*PROVIDED RECORDS:*
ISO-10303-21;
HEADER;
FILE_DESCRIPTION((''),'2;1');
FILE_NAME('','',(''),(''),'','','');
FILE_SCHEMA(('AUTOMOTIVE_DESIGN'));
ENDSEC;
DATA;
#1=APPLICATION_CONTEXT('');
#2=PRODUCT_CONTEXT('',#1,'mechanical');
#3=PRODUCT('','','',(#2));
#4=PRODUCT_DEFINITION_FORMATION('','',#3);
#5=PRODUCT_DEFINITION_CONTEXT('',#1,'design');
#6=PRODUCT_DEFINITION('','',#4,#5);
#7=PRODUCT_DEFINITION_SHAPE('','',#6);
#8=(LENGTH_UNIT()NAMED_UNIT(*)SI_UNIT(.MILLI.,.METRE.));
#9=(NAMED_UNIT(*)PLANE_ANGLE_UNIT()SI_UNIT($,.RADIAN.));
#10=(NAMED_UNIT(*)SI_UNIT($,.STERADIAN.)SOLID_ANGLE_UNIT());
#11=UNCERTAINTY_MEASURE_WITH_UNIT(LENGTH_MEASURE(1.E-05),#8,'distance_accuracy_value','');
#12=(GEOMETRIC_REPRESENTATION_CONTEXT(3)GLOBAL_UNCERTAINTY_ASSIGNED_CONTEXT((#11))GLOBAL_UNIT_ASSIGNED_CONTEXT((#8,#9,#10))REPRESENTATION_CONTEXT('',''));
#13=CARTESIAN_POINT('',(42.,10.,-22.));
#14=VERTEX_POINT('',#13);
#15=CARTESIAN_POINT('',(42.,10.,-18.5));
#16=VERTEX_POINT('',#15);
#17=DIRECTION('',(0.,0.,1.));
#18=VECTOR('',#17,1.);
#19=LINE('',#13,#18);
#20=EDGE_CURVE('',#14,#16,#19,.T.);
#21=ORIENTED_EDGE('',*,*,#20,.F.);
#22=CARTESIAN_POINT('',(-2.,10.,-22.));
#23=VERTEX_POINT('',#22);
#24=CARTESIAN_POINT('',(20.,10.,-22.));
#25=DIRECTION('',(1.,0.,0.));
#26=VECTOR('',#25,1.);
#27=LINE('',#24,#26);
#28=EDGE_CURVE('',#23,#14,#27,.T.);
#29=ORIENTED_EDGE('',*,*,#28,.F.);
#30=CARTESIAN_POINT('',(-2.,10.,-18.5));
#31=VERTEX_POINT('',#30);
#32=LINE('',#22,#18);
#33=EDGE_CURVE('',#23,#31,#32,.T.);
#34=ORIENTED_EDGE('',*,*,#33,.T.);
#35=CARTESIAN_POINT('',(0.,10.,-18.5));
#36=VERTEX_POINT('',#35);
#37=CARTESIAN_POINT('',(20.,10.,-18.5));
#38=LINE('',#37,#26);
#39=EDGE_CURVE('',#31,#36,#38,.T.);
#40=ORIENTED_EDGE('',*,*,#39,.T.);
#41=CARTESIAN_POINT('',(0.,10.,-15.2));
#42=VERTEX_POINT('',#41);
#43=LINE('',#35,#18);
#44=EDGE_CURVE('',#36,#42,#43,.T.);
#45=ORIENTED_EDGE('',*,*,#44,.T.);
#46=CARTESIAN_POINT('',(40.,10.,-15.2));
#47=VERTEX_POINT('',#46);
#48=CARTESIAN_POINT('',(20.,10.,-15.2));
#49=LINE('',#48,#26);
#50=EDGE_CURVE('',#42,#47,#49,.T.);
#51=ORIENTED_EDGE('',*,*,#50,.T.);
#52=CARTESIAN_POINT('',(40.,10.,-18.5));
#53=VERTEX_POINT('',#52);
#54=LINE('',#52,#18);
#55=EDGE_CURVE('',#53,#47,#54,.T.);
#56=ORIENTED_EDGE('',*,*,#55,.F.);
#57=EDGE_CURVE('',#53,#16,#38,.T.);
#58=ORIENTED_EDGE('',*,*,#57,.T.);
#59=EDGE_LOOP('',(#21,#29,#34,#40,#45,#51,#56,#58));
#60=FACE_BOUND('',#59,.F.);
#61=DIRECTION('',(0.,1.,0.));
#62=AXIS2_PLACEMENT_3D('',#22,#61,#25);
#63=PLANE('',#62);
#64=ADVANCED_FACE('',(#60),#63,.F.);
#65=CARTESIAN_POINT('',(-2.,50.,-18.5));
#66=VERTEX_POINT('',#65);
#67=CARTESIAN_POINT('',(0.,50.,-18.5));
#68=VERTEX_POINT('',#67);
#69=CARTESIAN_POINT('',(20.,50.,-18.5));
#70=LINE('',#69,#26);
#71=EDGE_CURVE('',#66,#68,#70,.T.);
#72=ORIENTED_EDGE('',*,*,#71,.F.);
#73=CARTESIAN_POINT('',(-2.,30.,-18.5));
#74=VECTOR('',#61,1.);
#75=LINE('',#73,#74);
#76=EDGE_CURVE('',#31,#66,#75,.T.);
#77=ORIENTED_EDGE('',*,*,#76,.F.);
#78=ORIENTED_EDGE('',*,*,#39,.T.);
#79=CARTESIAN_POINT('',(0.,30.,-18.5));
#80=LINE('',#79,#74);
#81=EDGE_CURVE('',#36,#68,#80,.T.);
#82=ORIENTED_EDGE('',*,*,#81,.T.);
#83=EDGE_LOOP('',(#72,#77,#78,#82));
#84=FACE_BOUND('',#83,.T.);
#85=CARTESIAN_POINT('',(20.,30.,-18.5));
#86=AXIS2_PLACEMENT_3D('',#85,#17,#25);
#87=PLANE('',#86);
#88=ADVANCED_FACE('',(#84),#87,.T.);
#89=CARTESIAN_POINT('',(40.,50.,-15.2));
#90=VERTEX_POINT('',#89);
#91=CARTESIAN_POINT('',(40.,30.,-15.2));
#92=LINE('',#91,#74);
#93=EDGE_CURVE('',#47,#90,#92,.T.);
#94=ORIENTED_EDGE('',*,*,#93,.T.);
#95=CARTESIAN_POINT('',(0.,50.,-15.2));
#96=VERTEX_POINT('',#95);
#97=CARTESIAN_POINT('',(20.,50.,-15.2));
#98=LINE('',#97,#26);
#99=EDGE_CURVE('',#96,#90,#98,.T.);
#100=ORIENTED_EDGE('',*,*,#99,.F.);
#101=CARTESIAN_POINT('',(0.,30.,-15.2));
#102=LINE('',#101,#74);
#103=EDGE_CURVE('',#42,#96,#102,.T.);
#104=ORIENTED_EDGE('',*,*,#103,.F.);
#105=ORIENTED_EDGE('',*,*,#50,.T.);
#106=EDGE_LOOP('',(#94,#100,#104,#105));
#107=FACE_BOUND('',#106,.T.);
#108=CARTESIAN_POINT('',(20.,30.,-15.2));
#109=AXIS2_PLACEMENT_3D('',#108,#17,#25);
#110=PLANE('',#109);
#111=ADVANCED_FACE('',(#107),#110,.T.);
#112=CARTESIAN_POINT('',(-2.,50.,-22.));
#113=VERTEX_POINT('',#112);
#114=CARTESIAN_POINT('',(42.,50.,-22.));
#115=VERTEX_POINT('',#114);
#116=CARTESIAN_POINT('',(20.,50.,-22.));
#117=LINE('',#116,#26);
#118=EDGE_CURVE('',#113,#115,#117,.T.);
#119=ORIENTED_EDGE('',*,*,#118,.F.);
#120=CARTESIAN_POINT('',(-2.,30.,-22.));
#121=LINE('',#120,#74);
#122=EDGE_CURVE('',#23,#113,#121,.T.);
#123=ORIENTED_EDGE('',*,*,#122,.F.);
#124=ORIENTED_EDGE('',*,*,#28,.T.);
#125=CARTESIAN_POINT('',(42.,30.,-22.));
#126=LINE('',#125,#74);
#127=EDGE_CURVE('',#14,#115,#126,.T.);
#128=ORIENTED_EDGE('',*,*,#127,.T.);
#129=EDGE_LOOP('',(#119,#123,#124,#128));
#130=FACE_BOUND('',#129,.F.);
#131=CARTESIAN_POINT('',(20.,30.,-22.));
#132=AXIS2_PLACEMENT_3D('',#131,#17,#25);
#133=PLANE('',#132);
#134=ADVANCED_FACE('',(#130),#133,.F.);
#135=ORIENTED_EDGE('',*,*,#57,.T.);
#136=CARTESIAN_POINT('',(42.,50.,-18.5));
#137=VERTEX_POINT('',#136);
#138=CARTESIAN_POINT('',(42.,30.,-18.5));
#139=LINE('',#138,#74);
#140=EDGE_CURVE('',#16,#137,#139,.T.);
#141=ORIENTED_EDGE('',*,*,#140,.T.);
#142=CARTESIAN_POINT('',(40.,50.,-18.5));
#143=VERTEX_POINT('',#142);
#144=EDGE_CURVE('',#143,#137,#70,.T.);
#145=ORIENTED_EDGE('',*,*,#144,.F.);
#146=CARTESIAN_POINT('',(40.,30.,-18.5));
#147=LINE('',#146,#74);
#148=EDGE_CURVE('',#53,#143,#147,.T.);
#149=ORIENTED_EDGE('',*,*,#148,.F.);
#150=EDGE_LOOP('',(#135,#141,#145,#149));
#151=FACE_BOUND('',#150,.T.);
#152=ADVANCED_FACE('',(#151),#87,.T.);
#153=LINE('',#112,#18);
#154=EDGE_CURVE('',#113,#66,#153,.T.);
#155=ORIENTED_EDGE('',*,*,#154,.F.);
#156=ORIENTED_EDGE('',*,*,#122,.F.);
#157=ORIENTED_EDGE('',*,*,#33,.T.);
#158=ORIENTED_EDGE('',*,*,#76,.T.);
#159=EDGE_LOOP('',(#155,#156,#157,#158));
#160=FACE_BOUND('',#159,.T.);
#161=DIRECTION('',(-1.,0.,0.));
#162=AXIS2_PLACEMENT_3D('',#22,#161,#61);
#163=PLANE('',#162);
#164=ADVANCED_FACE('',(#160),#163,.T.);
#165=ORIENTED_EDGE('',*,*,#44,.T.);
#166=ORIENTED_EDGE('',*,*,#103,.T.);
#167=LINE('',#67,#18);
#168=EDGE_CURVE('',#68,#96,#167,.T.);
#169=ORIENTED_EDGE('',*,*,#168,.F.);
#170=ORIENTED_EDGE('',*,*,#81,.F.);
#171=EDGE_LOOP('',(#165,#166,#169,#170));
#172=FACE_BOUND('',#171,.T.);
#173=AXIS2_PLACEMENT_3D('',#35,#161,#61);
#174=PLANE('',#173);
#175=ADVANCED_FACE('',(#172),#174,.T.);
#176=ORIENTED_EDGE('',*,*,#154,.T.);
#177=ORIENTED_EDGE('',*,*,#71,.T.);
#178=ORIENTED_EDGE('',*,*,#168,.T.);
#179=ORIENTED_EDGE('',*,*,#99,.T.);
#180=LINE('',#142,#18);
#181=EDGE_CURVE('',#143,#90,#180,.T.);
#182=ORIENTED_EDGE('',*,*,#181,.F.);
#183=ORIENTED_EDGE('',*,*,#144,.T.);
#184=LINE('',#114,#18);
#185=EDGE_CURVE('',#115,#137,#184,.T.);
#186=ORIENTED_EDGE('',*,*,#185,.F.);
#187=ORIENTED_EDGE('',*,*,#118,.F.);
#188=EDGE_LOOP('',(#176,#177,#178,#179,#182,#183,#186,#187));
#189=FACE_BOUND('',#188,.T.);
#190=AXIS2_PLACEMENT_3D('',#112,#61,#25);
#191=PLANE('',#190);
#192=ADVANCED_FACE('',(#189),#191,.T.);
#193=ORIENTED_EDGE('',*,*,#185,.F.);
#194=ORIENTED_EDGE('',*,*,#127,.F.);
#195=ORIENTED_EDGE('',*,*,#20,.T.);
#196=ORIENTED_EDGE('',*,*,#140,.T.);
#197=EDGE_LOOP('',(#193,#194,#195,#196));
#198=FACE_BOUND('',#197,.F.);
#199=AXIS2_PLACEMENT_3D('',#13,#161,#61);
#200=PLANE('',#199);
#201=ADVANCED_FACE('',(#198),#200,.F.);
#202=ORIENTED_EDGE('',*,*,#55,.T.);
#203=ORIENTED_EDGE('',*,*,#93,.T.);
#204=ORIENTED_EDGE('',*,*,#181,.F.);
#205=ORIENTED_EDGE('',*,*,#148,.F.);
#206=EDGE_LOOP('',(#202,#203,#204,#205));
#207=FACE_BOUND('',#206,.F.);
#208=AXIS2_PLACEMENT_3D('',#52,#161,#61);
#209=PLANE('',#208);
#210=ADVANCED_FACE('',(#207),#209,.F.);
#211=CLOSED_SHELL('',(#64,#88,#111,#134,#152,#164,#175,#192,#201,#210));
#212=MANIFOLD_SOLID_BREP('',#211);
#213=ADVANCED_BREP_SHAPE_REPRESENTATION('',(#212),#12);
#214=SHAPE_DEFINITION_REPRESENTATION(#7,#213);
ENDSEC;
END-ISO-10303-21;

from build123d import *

# Parameters (mm, degrees)
BOX003_W     = 44
BOX003_H     = 40
BOX003_DEPTH = 3.5
BOX002_W     = 40
BOX002_H     = 40
BOX002_DEPTH = 3.3


with BuildPart() as radiator:
    # Box003 → Box003 (new body)
    with BuildSketch(Plane(origin=(-2, 0, -3.5), x_dir=(1, 0, 0), z_dir=(0, 0, 1))):
        with Locations((22, 20)):
            Rectangle(BOX003_W, BOX003_H)
    extrude(amount=BOX003_DEPTH)


with BuildPart() as peltier_and_radiator:
    # Box002 → Box002 (new body)
    with BuildSketch(Plane.XY):
        with Locations((20, 20)):
            Rectangle(BOX002_W, BOX002_H)
    extrude(amount=BOX002_DEPTH)

    # Fusion003: union radiator
    add(radiator.part)


with BuildPart() as peltier_and_radiator_1:
    # Fusion003 placement: moved
    add(peltier_and_radiator.part.moved(Location((0, 10, -18.5))))


solid = peltier_and_radiator_1.part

*WHAT TO PRODUCE:* Among the lines above, list those that contain the word "DIRECTION".

*TASK ANSWER:*
#17=DIRECTION('',(0.,0.,1.));
#25=DIRECTION('',(1.,0.,0.));
#61=DIRECTION('',(0.,1.,0.));
#161=DIRECTION('',(-1.,0.,0.));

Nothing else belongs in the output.